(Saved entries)
═══
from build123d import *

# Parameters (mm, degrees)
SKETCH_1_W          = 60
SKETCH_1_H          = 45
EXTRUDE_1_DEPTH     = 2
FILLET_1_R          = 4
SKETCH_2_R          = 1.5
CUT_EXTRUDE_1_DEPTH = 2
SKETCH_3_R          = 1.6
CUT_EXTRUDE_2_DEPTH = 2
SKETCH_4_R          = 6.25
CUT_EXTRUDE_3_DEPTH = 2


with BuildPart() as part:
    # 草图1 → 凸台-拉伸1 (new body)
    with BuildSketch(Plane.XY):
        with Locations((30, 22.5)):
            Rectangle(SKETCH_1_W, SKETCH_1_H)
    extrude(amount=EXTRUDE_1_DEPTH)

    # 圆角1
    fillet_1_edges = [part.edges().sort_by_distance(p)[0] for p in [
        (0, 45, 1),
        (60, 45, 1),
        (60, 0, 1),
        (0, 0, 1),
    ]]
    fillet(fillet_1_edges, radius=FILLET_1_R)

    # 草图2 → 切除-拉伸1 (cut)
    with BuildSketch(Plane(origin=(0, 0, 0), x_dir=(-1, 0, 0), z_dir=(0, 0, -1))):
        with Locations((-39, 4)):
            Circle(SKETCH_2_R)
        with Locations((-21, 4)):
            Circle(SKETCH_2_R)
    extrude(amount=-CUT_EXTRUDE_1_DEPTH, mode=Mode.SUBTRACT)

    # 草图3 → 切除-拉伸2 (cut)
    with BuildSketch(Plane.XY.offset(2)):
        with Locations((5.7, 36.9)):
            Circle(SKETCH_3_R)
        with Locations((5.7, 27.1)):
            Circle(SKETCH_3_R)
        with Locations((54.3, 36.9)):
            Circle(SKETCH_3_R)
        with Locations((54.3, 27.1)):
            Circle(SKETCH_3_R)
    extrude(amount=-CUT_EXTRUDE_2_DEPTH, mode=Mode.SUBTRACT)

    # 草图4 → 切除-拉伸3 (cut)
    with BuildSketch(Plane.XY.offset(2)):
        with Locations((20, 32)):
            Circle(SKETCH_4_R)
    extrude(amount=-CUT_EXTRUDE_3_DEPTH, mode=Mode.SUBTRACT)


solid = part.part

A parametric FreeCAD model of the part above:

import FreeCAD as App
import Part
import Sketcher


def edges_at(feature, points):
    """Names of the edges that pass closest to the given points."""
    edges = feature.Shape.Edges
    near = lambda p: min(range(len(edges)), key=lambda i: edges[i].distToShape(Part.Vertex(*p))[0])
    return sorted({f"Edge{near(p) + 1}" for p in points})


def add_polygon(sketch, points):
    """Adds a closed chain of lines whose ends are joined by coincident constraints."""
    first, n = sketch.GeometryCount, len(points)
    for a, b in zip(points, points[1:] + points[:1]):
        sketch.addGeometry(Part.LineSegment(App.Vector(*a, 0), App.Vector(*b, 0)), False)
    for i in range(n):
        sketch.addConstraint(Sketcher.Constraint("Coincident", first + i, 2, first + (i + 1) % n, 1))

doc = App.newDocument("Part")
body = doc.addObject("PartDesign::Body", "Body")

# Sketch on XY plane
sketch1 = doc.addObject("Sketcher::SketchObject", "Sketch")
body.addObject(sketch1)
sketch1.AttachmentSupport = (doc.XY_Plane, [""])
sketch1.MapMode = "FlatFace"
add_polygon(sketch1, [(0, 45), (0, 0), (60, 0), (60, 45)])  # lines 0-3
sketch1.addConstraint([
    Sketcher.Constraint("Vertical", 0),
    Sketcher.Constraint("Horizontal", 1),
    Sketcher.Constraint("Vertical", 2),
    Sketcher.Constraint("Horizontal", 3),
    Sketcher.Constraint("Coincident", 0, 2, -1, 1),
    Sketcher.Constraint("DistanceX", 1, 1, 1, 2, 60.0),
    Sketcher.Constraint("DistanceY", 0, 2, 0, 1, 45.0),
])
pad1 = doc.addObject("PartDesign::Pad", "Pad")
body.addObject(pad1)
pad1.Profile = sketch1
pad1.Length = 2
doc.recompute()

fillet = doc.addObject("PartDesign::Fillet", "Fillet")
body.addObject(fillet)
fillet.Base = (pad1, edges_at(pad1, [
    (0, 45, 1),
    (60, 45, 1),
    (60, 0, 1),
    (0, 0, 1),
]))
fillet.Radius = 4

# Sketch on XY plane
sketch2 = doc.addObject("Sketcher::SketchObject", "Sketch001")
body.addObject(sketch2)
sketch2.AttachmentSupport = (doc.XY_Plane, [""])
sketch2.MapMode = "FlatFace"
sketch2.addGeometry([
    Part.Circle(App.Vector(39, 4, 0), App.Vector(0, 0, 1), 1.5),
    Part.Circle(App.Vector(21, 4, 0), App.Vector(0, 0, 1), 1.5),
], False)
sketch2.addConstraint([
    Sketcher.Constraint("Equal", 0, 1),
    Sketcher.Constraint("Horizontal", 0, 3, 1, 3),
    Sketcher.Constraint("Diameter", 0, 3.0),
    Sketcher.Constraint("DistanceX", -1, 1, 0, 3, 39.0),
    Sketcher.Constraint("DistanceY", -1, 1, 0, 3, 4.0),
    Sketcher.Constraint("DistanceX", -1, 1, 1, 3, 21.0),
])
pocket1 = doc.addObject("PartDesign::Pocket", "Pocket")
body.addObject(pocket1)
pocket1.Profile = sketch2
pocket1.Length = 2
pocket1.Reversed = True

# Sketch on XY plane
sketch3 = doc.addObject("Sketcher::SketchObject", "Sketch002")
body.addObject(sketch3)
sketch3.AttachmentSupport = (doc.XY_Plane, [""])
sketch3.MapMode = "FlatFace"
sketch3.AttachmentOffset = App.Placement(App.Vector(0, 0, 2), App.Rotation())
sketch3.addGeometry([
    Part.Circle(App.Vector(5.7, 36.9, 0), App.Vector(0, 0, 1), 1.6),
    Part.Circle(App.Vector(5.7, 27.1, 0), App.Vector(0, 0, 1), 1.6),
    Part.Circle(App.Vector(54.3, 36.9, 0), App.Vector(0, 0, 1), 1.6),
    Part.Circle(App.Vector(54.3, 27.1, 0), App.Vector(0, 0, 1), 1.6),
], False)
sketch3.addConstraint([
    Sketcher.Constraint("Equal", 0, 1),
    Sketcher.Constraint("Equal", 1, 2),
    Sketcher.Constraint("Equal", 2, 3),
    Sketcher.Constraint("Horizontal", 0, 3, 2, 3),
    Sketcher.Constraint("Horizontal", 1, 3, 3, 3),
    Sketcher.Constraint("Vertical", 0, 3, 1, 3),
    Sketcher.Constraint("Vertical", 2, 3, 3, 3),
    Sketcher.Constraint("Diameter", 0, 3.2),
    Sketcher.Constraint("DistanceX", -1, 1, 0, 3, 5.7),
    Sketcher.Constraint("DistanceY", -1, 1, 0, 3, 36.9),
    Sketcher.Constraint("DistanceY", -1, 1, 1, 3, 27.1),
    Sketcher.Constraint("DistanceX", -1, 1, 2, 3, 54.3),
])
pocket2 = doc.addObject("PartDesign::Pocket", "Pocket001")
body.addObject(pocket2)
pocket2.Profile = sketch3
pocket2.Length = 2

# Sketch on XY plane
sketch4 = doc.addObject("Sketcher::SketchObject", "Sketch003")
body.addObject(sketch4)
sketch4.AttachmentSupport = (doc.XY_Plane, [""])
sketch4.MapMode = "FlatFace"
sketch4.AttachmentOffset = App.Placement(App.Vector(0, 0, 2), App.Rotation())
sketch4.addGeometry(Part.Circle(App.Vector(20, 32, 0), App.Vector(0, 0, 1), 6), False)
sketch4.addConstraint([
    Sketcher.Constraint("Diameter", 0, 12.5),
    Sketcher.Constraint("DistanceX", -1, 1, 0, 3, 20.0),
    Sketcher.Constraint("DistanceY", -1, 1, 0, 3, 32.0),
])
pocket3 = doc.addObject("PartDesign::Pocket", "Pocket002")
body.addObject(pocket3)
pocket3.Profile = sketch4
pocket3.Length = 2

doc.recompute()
═══
• Exercise description:
When you reach the line holding "CUT_EXTRUDE_2_DEPTH = 2" in the records above, begin reproducing exactly, stop after the line holding "fillet_1_edges = [part.edges().sort_by_distance(p)[0]", and output nothing else.

• Result:
CUT_EXTRUDE_2_DEPTH = 2
SKETCH_4_R          = 6.25
CUT_EXTRUDE_3_DEPTH = 2


with BuildPart() as part:
    # 草图1 → 凸台-拉伸1 (new body)
    with BuildSketch(Plane.XY):
        with Locations((30, 22.5)):
            Rectangle(SKETCH_1_W, SKETCH_1_H)
    extrude(amount=EXTRUDE_1_DEPTH)

    # 圆角1
    fillet_1_edges = [part.edges().sort_by_distance(p)[0] for p in [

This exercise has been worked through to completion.